TASK DETAILS: Reproduce exactly, from the data that follows, the line with "f 256 229 60", the line with "f 258 55 54", and every line that lies between them.

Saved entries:
* * * * * * * * *

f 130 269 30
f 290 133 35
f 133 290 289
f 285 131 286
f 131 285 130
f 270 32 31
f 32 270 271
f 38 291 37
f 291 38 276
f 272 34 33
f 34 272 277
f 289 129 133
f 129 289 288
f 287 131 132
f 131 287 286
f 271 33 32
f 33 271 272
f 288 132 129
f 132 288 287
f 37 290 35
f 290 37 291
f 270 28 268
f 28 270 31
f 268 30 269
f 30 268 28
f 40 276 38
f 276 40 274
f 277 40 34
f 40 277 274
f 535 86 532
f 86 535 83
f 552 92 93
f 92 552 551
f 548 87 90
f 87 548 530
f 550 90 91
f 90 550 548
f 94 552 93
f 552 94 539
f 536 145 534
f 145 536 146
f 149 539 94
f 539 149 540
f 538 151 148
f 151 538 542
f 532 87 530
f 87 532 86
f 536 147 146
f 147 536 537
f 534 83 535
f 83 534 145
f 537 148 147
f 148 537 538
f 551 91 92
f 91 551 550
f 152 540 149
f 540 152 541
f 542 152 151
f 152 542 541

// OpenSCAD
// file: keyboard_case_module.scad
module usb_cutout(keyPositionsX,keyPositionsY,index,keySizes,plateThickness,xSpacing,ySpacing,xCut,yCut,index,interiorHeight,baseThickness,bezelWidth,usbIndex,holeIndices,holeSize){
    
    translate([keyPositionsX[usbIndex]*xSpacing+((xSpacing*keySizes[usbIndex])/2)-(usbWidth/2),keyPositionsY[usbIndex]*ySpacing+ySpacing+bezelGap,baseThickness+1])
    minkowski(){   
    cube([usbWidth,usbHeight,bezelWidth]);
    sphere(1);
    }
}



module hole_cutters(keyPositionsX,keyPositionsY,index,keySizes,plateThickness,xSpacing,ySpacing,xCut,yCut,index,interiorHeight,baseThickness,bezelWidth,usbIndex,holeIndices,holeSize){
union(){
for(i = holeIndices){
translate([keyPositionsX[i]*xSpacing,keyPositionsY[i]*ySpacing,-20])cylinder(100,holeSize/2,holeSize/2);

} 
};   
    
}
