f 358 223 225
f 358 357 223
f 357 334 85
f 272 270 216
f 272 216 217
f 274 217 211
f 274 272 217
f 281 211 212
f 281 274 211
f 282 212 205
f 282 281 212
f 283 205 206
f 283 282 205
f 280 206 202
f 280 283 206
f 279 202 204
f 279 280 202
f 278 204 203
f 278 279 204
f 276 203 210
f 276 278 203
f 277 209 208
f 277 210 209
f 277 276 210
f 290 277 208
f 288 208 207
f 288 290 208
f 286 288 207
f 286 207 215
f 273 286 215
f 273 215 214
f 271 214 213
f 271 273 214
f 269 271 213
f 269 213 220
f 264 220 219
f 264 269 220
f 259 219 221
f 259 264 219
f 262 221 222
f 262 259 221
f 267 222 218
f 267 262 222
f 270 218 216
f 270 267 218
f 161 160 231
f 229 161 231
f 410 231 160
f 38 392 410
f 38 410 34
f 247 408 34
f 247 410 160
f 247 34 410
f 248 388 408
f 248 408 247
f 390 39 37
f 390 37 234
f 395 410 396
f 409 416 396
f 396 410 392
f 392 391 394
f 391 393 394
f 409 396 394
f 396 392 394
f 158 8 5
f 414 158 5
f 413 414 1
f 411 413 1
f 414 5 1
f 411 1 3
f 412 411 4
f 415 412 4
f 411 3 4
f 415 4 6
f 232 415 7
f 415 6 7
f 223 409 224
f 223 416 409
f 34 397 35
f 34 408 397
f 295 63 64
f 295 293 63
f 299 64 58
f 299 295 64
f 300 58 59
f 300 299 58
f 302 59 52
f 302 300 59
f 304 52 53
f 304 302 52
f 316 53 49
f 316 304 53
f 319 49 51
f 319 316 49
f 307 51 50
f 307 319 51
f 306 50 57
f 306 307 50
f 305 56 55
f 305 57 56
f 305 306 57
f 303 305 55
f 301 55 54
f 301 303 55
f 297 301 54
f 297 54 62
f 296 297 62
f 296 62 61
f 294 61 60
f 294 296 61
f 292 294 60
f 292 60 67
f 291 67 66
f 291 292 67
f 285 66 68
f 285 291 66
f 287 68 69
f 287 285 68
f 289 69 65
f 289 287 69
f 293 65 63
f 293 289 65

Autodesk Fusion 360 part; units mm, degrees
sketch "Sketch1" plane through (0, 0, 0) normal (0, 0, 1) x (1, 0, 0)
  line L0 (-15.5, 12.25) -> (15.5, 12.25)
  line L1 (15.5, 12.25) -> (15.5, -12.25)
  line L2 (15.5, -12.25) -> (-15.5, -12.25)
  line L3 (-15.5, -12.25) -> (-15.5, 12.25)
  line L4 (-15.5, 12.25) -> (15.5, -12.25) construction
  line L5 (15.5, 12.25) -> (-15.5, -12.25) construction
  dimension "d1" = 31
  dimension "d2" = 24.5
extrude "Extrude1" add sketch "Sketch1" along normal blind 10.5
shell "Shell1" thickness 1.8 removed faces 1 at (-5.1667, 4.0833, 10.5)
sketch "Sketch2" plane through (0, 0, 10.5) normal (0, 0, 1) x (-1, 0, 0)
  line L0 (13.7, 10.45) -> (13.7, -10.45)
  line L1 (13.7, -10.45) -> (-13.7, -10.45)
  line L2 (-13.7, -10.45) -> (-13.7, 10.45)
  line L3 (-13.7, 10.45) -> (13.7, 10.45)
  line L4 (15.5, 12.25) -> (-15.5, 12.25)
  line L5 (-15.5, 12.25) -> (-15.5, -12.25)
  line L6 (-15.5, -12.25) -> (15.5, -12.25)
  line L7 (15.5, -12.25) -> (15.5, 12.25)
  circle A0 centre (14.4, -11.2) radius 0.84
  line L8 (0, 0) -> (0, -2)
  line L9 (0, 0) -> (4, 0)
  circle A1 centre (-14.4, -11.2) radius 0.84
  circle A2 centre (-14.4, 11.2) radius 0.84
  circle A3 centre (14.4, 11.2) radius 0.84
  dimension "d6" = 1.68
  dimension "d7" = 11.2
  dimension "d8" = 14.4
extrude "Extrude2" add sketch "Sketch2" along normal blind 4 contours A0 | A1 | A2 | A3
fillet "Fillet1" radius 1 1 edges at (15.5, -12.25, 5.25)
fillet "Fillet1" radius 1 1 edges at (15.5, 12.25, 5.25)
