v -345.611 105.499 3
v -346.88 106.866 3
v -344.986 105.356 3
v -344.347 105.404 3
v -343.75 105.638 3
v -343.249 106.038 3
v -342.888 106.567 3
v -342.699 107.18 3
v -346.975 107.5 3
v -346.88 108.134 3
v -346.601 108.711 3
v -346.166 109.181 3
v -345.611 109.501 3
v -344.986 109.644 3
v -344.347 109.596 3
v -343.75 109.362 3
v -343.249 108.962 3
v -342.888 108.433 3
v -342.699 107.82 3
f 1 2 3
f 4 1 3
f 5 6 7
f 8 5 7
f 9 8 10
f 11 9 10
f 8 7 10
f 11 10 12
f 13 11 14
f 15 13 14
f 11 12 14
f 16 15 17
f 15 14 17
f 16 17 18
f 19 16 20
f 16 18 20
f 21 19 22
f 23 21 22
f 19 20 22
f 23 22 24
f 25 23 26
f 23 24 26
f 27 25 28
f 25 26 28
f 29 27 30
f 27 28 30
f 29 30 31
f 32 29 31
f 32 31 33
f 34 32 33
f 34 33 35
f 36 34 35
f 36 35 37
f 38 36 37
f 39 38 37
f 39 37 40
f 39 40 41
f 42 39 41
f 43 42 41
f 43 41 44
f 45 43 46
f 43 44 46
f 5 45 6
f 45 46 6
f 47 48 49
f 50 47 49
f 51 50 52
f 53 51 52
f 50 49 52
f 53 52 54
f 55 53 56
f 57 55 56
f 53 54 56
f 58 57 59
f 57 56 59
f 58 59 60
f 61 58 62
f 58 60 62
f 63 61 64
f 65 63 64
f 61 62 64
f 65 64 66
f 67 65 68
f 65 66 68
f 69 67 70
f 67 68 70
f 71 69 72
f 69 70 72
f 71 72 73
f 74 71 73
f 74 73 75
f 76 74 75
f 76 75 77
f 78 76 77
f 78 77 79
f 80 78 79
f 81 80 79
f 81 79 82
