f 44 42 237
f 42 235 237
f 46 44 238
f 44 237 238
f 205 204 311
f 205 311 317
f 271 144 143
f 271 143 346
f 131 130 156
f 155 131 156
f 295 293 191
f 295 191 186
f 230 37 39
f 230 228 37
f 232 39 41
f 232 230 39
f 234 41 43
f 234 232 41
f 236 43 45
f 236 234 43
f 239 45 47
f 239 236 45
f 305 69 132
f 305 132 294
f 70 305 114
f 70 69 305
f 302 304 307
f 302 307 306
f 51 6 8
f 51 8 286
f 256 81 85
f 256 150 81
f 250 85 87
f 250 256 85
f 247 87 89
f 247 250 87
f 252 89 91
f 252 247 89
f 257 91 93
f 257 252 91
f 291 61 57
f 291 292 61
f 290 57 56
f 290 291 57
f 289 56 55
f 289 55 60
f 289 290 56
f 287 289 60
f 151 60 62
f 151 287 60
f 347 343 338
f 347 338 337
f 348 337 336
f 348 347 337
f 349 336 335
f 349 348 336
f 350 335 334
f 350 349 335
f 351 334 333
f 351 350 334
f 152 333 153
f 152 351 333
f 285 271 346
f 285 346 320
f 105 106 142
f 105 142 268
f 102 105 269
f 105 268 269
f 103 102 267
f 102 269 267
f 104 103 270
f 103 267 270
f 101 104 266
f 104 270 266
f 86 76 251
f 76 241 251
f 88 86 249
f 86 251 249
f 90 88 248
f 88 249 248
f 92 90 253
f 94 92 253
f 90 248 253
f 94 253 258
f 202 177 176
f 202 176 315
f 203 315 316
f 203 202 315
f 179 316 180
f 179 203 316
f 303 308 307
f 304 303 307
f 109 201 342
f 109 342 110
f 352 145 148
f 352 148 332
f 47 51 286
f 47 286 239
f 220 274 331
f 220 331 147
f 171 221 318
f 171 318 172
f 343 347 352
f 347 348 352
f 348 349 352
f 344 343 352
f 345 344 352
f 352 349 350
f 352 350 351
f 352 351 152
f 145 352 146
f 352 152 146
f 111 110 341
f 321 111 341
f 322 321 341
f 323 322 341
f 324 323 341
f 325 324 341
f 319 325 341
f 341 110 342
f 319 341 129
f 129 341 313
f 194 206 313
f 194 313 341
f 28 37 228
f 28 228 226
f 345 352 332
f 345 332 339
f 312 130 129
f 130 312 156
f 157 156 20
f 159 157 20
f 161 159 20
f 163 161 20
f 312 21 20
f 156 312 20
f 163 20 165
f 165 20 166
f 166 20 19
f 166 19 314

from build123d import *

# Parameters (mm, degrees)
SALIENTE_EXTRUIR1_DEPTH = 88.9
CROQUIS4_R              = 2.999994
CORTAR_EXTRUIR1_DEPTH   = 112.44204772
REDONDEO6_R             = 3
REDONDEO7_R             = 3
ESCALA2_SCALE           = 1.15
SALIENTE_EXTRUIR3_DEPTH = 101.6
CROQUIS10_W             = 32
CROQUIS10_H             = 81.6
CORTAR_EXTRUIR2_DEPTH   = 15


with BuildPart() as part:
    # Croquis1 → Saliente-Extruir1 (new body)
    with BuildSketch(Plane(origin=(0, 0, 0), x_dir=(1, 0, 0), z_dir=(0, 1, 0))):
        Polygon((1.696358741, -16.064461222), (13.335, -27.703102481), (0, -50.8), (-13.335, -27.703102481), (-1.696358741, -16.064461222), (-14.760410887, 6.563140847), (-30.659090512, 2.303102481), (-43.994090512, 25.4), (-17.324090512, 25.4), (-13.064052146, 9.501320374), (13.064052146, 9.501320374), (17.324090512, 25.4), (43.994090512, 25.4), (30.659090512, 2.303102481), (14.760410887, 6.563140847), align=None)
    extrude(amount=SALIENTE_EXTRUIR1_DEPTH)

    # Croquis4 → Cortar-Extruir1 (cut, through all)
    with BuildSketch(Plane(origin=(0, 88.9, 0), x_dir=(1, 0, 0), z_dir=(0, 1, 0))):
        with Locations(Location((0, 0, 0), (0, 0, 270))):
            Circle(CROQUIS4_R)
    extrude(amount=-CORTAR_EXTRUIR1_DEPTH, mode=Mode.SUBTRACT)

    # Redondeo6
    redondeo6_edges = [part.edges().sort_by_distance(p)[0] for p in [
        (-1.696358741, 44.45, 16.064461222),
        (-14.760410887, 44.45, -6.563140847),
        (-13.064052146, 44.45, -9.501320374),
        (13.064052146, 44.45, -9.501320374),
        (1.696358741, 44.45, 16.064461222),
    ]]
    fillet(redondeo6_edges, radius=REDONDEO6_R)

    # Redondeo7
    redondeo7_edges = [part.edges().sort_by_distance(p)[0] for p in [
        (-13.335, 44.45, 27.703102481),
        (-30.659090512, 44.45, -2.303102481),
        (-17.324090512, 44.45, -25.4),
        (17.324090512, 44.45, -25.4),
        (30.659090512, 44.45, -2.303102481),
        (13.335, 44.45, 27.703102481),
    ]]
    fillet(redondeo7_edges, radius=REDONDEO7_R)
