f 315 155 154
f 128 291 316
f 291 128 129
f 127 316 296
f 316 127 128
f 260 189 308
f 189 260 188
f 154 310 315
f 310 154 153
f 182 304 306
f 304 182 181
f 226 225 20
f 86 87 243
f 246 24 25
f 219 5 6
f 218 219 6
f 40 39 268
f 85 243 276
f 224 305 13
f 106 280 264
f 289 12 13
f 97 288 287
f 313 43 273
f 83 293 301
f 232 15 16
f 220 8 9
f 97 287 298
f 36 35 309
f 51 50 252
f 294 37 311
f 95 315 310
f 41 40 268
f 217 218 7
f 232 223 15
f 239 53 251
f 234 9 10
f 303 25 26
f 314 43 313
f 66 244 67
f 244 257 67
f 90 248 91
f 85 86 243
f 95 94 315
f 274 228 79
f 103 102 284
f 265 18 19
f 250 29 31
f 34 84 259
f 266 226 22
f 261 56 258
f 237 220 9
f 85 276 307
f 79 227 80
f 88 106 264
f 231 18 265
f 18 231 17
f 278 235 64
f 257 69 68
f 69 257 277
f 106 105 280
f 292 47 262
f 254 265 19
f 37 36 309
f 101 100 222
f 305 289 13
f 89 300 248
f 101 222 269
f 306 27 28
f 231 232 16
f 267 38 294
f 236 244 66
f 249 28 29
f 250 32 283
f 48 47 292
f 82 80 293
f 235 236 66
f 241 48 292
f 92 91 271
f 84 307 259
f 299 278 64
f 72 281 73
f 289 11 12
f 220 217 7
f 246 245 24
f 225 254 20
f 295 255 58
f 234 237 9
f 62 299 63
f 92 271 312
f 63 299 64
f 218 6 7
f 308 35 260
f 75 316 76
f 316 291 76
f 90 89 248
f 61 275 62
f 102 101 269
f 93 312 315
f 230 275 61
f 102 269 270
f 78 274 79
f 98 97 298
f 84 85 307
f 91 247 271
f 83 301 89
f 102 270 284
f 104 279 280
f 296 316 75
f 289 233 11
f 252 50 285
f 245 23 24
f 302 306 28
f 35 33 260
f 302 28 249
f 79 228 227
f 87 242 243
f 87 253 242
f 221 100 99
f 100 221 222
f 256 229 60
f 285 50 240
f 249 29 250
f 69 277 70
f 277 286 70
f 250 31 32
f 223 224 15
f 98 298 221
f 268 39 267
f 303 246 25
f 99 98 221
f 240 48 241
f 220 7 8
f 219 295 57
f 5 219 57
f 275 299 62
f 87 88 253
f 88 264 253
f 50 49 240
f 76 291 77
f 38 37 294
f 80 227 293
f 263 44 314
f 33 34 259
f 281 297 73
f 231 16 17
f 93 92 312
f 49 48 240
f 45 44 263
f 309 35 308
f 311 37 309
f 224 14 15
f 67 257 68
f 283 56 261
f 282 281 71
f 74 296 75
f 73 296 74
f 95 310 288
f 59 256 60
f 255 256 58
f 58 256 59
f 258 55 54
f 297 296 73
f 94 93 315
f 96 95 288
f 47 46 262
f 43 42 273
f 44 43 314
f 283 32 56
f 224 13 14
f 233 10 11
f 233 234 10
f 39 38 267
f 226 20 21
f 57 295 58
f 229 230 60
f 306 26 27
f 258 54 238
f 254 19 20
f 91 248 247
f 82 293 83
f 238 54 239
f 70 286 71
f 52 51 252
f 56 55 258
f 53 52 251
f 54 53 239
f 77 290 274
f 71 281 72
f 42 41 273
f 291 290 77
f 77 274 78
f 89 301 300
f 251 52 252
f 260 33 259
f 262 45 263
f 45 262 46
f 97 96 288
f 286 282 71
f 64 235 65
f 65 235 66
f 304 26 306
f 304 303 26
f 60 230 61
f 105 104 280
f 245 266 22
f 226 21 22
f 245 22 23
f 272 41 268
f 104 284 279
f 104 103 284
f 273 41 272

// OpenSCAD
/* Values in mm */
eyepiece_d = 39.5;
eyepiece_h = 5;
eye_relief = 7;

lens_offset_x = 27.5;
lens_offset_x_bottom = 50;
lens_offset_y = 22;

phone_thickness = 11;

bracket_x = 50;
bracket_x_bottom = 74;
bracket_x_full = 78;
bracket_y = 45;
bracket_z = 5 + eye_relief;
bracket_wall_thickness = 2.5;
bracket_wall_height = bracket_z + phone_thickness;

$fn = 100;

* * * * * * * * *

EXERCISE RESULT:
f 256 229 60
f 285 50 240
f 249 29 250
f 69 277 70
f 277 286 70
f 250 31 32
f 223 224 15
f 98 298 221
f 268 39 267
f 303 246 25
f 99 98 221
f 240 48 241
f 220 7 8
f 219 295 57
f 5 219 57
f 275 299 62
f 87 88 253
f 88 264 253
f 50 49 240
f 76 291 77
f 38 37 294
f 80 227 293
f 263 44 314
f 33 34 259
f 281 297 73
f 231 16 17
f 93 92 312
f 49 48 240
f 45 44 263
f 309 35 308
f 311 37 309
f 224 14 15
f 67 257 68
f 283 56 261
f 282 281 71
f 74 296 75
f 73 296 74
f 95 310 288
f 59 256 60
f 255 256 58
f 58 256 59
f 258 55 54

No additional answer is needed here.